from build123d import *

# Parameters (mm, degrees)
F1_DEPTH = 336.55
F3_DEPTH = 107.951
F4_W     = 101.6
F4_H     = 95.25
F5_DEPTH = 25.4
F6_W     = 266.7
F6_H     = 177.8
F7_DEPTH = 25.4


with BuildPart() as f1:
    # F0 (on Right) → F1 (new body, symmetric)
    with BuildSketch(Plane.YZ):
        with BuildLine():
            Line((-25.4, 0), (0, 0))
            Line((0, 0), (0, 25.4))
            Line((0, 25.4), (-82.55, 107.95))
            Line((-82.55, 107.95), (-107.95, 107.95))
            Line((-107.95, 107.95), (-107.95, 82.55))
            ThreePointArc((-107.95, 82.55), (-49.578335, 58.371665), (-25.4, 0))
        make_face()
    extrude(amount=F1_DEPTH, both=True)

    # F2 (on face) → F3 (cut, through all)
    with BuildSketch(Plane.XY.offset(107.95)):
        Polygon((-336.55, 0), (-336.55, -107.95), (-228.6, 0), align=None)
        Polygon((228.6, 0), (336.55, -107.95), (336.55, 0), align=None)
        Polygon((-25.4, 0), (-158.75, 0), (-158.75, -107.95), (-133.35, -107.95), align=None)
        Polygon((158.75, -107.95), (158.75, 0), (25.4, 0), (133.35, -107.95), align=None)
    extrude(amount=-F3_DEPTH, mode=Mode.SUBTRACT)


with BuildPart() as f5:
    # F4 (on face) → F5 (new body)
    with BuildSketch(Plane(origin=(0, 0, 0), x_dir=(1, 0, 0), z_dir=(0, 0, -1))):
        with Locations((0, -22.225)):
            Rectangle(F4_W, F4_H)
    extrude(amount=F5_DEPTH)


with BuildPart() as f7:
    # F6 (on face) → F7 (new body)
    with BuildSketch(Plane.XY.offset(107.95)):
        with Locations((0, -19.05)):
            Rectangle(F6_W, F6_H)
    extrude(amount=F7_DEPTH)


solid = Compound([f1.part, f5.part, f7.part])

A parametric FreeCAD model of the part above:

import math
import FreeCAD as App
import Part
import Sketcher
from FreeCAD import Vector
Q = App.Units.Quantity


def add_polygon(sketch, points):
    """Adds a closed chain of lines whose ends are joined by coincident constraints."""
    first, n = sketch.GeometryCount, len(points)
    for a, b in zip(points, points[1:] + points[:1]):
        sketch.addGeometry(Part.LineSegment(App.Vector(*a, 0), App.Vector(*b, 0)), False)
    for i in range(n):
        sketch.addConstraint(Sketcher.Constraint("Coincident", first + i, 2, first + (i + 1) % n, 1))

doc = App.newDocument("Part")
body = doc.addObject("PartDesign::Body", "Body")
body.AllowCompound = True

sketch1 = body.newObject("Sketcher::SketchObject", "Sketch")
sketch1.AttachmentSupport = (doc.getObject("YZ_Plane"), [""])
sketch1.MapMode = "FlatFace"
sketch1.addGeometry(Part.LineSegment(Vector(-25.4, 0, 0), Vector(0, 0, 0)), False)
sketch1.addGeometry(Part.LineSegment(Vector(0, 0, 0), Vector(0, 25.4, 0)), False)
sketch1.addGeometry(Part.LineSegment(Vector(0, 25.4, 0), Vector(-82.55, 107.95, 0)), False)
sketch1.addGeometry(Part.LineSegment(Vector(-82.55, 107.95, 0), Vector(-107.95, 107.95, 0)), False)
sketch1.addGeometry(Part.LineSegment(Vector(-107.95, 107.95, 0), Vector(-107.95, 82.55, 0)), False)
sketch1.addGeometry(Part.ArcOfCircle(Part.Circle(Vector(-107.949999, 0.000001, 0), Vector(0, 0, 1), 82.549999), math.radians(-0.000001), math.radians(90.000001)), False)
sketch1.addConstraint(Sketcher.Constraint("Coincident", 0, 2, 1, 1))
sketch1.addConstraint(Sketcher.Constraint("Coincident", 1, 2, 2, 1))
sketch1.addConstraint(Sketcher.Constraint("Coincident", 2, 2, 3, 1))
sketch1.addConstraint(Sketcher.Constraint("Coincident", 3, 2, 4, 1))
sketch1.addConstraint(Sketcher.Constraint("Coincident", 4, 2, 5, 2))
sketch1.addConstraint(Sketcher.Constraint("Coincident", 5, 1, 0, 1))
sketch1.addConstraint(Sketcher.Constraint("Horizontal", 0))
sketch1.addConstraint(Sketcher.Constraint("Vertical", 1))
sketch1.addConstraint(Sketcher.Constraint("Horizontal", 3))
sketch1.addConstraint(Sketcher.Constraint("Vertical", 4))
sketch1.addConstraint(Sketcher.Constraint("Coincident", 0, 2, -1, 1))
sketch1.addConstraint(Sketcher.Constraint("PointOnObject", 5, 3, -1))
sketch1.addConstraint(Sketcher.Constraint("Vertical", 5, 3, 3, 2))
sketch1.addConstraint(Sketcher.Constraint("Equal", 0, 3))
sketch1.addConstraint(Sketcher.Constraint("Equal", 3, 1))
sketch1.addConstraint(Sketcher.Constraint("Equal", 1, 4))
sketch1.addConstraint(Sketcher.Constraint("DistanceX", 0, 1, 0, 2, Q("1 in")))
sketch1.addConstraint(Sketcher.Constraint("Radius", 5, Q("3.25 in")))
pad1 = body.newObject("PartDesign::Pad", "Pad")
pad1.Profile = sketch1
pad1.Length = Q("26.5 in")
pad1.Midplane = True

sketch2 = body.newObject("Sketcher::SketchObject", "Sketch001")
sketch2.AttachmentSupport = (doc.getObject("XY_Plane"), [""])
sketch2.MapMode = "FlatFace"
sketch2.AttachmentOffset = App.Placement(Vector(0, 0, 4.25 * 25.4), App.Rotation())
add_polygon(sketch2, [(-336.55, 0), (-336.55, -107.95), (-228.6, 0)])
add_polygon(sketch2, [(228.6, 0), (336.55, -107.95), (336.55, 0)])
add_polygon(sketch2, [(-25.4, 0), (-158.75, 0), (-158.75, -107.95), (-133.35, -107.95)])
add_polygon(sketch2, [(158.75, -107.95), (158.75, 0), (25.4, 0), (133.35, -107.95)])
sketch2.addConstraint(Sketcher.Constraint("Vertical", 0))
sketch2.addConstraint(Sketcher.Constraint("Horizontal", 2))
sketch2.addConstraint(Sketcher.Constraint("Vertical", 4))
sketch2.addConstraint(Sketcher.Constraint("Horizontal", 5))
sketch2.addConstraint(Sketcher.Constraint("Horizontal", 6))
sketch2.addConstraint(Sketcher.Constraint("Vertical", 7))
sketch2.addConstraint(Sketcher.Constraint("Horizontal", 8))
sketch2.addConstraint(Sketcher.Constraint("Vertical", 10))
sketch2.addConstraint(Sketcher.Constraint("Horizontal", 11))
sketch2.addConstraint(Sketcher.Constraint("Horizontal", 13))
sketch2.addConstraint(Sketcher.Constraint("Symmetric", 2, 2, 4, 2, -1, 1))
sketch2.addConstraint(Sketcher.Constraint("Symmetric", 6, 2, 10, 2, -1, 1))
sketch2.addConstraint(Sketcher.Constraint("Symmetric", 1, 2, 5, 2, -2))
sketch2.addConstraint(Sketcher.Constraint("Symmetric", 9, 2, 11, 2, -2))
sketch2.addConstraint(Sketcher.Constraint("Symmetric", 8, 2, 12, 2, -2))
sketch2.addConstraint(Sketcher.Constraint("Perpendicular", 1, 3))
sketch2.addConstraint(Sketcher.Constraint("Perpendicular", 3, 9))
sketch2.addConstraint(Sketcher.Constraint("Perpendicular", 9, 12))
sketch2.addConstraint(Sketcher.Constraint("Horizontal", 3, 2, 7, 2))
sketch2.addConstraint(Sketcher.Constraint("DistanceX", 8, 1, 8, 2, Q("1 in")))
sketch2.addConstraint(Sketcher.Constraint("DistanceX", 1, 2, -1, 1, Q("9 in")))
sketch2.addConstraint(Sketcher.Constraint("DistanceX", 9, 2, -1, 1, Q("1 in")))
sketch2.addConstraint(Sketcher.Constraint("DistanceX", 2, 2, 2, 1, Q("4.25 in")))
pocket1 = body.newObject("PartDesign::Pocket", "Pocket")
pocket1.Profile = sketch2
pocket1.Type = "ThroughAll"
body2 = doc.addObject("PartDesign::Body", "Body001")

sketch3 = body2.newObject("Sketcher::SketchObject", "Sketch002")
sketch3.AttachmentSupport = (doc.getObject("XY_Plane001"), [""])
sketch3.MapMode = "FlatFace"
add_polygon(sketch3, [(-50.8, -25.4), (-50.8, 69.85), (50.8, 69.85), (50.8, -25.4)])
sketch3.addConstraint(Sketcher.Constraint("Vertical", 0))
sketch3.addConstraint(Sketcher.Constraint("Horizontal", 1))
sketch3.addConstraint(Sketcher.Constraint("Vertical", 2))
sketch3.addConstraint(Sketcher.Constraint("Horizontal", 3))
sketch3.addConstraint(Sketcher.Constraint("DistanceX", 1, 1, 1, 2, Q("4 in")))
sketch3.addConstraint(Sketcher.Constraint("DistanceX", 0, 2, -1, 1, Q("2 in")))
sketch3.addConstraint(Sketcher.Constraint("DistanceY", 2, 2, -1, 1, Q("1 in")))
sketch3.addConstraint(Sketcher.Constraint("DistanceY", 0, 1, 0, 2, Q("3.75 in")))
pad2 = body2.newObject("PartDesign::Pad", "Pad001")
pad2.Profile = sketch3
pad2.Length = Q("1 in")
pad2.Reversed = True
body3 = doc.addObject("PartDesign::Body", "Body002")

sketch4 = body3.newObject("Sketcher::SketchObject", "Sketch003")
sketch4.AttachmentSupport = (doc.getObject("XY_Plane002"), [""])
sketch4.MapMode = "FlatFace"
sketch4.AttachmentOffset = App.Placement(Vector(0, 0, 4.25 * 25.4), App.Rotation())
add_polygon(sketch4, [(-133.35, 69.85), (-133.35, -107.95), (133.35, -107.95), (133.35, 69.85)])
sketch4.addConstraint(Sketcher.Constraint("Vertical", 0))
sketch4.addConstraint(Sketcher.Constraint("Horizontal", 1))
sketch4.addConstraint(Sketcher.Constraint("Vertical", 2))
sketch4.addConstraint(Sketcher.Constraint("Horizontal", 3))
sketch4.addConstraint(Sketcher.Constraint("DistanceY", 0, 2, 0, 1, Q("7 in")))
sketch4.addConstraint(Sketcher.Constraint("DistanceX", 1, 1, 1, 2, Q("10.5 in")))
sketch4.addConstraint(Sketcher.Constraint("DistanceX", 0, 2, -1, 1, Q("5.25 in")))
sketch4.addConstraint(Sketcher.Constraint("DistanceY", 0, 2, -1, 1, Q("4.25 in")))
pad3 = body3.newObject("PartDesign::Pad", "Pad002")
pad3.Profile = sketch4
pad3.Length = Q("1 in")

doc.recompute()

++++

> **ACTION ITEM**: In the data, find how many lines hold the string "Rectangle", and answer with the number only.

> **REPLY**: 2